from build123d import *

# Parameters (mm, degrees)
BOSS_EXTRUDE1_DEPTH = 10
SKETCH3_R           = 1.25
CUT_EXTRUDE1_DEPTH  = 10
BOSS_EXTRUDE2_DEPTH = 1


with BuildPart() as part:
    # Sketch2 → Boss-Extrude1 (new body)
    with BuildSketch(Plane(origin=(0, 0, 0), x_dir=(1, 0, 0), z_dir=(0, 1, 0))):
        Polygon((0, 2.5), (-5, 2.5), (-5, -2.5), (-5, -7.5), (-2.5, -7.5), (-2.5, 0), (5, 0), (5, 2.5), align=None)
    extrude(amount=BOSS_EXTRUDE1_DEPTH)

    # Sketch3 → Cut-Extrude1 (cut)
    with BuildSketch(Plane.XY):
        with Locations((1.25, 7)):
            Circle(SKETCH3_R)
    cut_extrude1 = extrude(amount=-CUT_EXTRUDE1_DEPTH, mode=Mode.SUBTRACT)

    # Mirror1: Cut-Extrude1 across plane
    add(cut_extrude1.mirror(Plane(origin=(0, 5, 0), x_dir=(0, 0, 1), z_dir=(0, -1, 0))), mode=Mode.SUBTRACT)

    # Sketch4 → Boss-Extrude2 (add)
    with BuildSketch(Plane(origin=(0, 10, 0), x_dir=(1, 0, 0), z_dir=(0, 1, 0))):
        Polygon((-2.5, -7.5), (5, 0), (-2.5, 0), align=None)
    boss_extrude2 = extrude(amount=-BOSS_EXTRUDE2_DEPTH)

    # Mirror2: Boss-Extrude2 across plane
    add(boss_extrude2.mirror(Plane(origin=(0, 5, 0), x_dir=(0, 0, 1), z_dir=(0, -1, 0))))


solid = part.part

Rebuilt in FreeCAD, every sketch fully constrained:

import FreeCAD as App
import Part
import Sketcher

V = App.Vector

doc = App.newDocument("Part")
body = doc.addObject("PartDesign::Body", "Body")

# Sketch on XZ plane
sketch1 = doc.addObject("Sketcher::SketchObject", "Sketch")
body.addObject(sketch1)
sketch1.AttachmentSupport = (doc.XZ_Plane, [""])
sketch1.MapMode = "FlatFace"
sketch1.addGeometry(Part.LineSegment(V(-5, -2.5, 0), V(-5, 7.5, 0)), False)
sketch1.addGeometry(Part.LineSegment(V(-5, 7.5, 0), V(-2.5, 7.5, 0)), False)
sketch1.addGeometry(Part.LineSegment(V(-2.5, 7.5, 0), V(-2.5, 0, 0)), False)
sketch1.addGeometry(Part.LineSegment(V(-2.5, 0, 0), V(5, 0, 0)), False)
sketch1.addGeometry(Part.LineSegment(V(5, 0, 0), V(5, -2.5, 0)), False)
sketch1.addGeometry(Part.LineSegment(V(5, -2.5, 0), V(-5, -2.5, 0)), False)
sketch1.addConstraint(Sketcher.Constraint("Coincident", 0, 2, 1, 1))
sketch1.addConstraint(Sketcher.Constraint("Coincident", 1, 2, 2, 1))
sketch1.addConstraint(Sketcher.Constraint("Coincident", 2, 2, 3, 1))
sketch1.addConstraint(Sketcher.Constraint("Coincident", 3, 2, 4, 1))
sketch1.addConstraint(Sketcher.Constraint("Coincident", 4, 2, 5, 1))
sketch1.addConstraint(Sketcher.Constraint("Coincident", 5, 2, 0, 1))
sketch1.addConstraint(Sketcher.Constraint("Vertical", 0))
sketch1.addConstraint(Sketcher.Constraint("Horizontal", 1))
sketch1.addConstraint(Sketcher.Constraint("Vertical", 2))
sketch1.addConstraint(Sketcher.Constraint("Horizontal", 3))
sketch1.addConstraint(Sketcher.Constraint("Vertical", 4))
sketch1.addConstraint(Sketcher.Constraint("Horizontal", 5))
sketch1.addConstraint(Sketcher.Constraint("PointOnObject", 2, 2, -1))
sketch1.addConstraint(Sketcher.Constraint("Equal", 5, 0))
sketch1.addConstraint(Sketcher.Constraint("Equal", 3, 2))
sketch1.addConstraint(Sketcher.Constraint("DistanceX", 5, 2, 5, 1, 10.0))
sketch1.addConstraint(Sketcher.Constraint("DistanceX", 1, 1, 1, 2, 2.5))
sketch1.addConstraint(Sketcher.Constraint("DistanceX", 0, 2, -1, 1, 5.0))
pad1 = doc.addObject("PartDesign::Pad", "Pad")
body.addObject(pad1)
pad1.Profile = sketch1
pad1.Length = 10
pad1.Reversed = True

# Sketch on XY plane
sketch2 = doc.addObject("Sketcher::SketchObject", "Sketch001")
body.addObject(sketch2)
sketch2.AttachmentSupport = (doc.XY_Plane, [""])
sketch2.MapMode = "FlatFace"
sketch2.addGeometry(Part.Circle(V(1.2, 7, 0), V(0, 0, 1), 1.2), False)
sketch2.addConstraint(Sketcher.Constraint("Diameter", 0, 2.5))
sketch2.addConstraint(Sketcher.Constraint("DistanceY", -1, 1, 0, 3, 7.0))
sketch2.addConstraint(Sketcher.Constraint("DistanceX", -1, 1, 0, 3, 1.25))
pocket1 = doc.addObject("PartDesign::Pocket", "Pocket")
body.addObject(pocket1)
pocket1.Profile = sketch2
pocket1.Length = 10
doc.recompute()

datumplane = doc.addObject("PartDesign::Plane", "DatumPlane")
body.addObject(datumplane)
datumplane.AttachmentSupport = (doc.XZ_Plane, [""])
datumplane.MapMode = "FlatFace"
datumplane.AttachmentOffset = App.Placement(V(0, 0, -5), App.Rotation())
mirrored = doc.addObject("PartDesign::Mirrored", "Mirrored")
body.addObject(mirrored)
mirrored.Originals = [pocket1]
mirrored.MirrorPlane = (datumplane, [""])
body.Tip = mirrored

# Sketch on XZ plane
sketch3 = doc.addObject("Sketcher::SketchObject", "Sketch002")
body.addObject(sketch3)
sketch3.AttachmentSupport = (doc.XZ_Plane, [""])
sketch3.MapMode = "FlatFace"
sketch3.AttachmentOffset = App.Placement(V(0, 0, -10), App.Rotation())
sketch3.addGeometry(Part.LineSegment(V(-2, 8, 0), V(5, 0, 0)), False)
sketch3.addGeometry(Part.LineSegment(V(5, 0, 0), V(-2, 0, 0)), False)
sketch3.addGeometry(Part.LineSegment(V(-2, 0, 0), V(-2, 8, 0)), False)
sketch3.addConstraint(Sketcher.Constraint("Coincident", 0, 2, 1, 1))
sketch3.addConstraint(Sketcher.Constraint("Coincident", 1, 2, 2, 1))
sketch3.addConstraint(Sketcher.Constraint("Coincident", 2, 2, 0, 1))
sketch3.addConstraint(Sketcher.Constraint("Horizontal", 1))
sketch3.addConstraint(Sketcher.Constraint("Vertical", 2))
sketch3.addConstraint(Sketcher.Constraint("PointOnObject", 0, 2, -1))
sketch3.addConstraint(Sketcher.Constraint("Equal", 1, 2))
sketch3.addConstraint(Sketcher.Constraint("DistanceX", 1, 2, 1, 1, 7.5))
sketch3.addConstraint(Sketcher.Constraint("DistanceX", -1, 1, 0, 2, 5.0))
pad2 = doc.addObject("PartDesign::Pad", "Pad001")
body.addObject(pad2)
pad2.Profile = sketch3
pad2.Length = 1
doc.recompute()

datumplane2 = doc.addObject("PartDesign::Plane", "DatumPlane001")
body.addObject(datumplane2)
datumplane2.AttachmentSupport = (doc.XZ_Plane, [""])
datumplane2.MapMode = "FlatFace"
datumplane2.AttachmentOffset = App.Placement(V(0, 0, -5), App.Rotation())
mirrored2 = doc.addObject("PartDesign::Mirrored", "Mirrored001")
body.addObject(mirrored2)
mirrored2.Originals = [pad2]
mirrored2.MirrorPlane = (datumplane2, [""])
body.Tip = mirrored2

doc.recompute()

» BRIEF
Everything in the material above from the line that has "z_dir=(0, -1, 0))))" through the line that has "Rebuilt in FreeCAD, every" must be duplicated exactly, with no other lines given.

» SOLUTION TO THIS EXERCISE
    add(boss_extrude2.mirror(Plane(origin=(0, 5, 0), x_dir=(0, 0, 1), z_dir=(0, -1, 0))))


solid = part.part

Rebuilt in FreeCAD, every sketch fully constrained:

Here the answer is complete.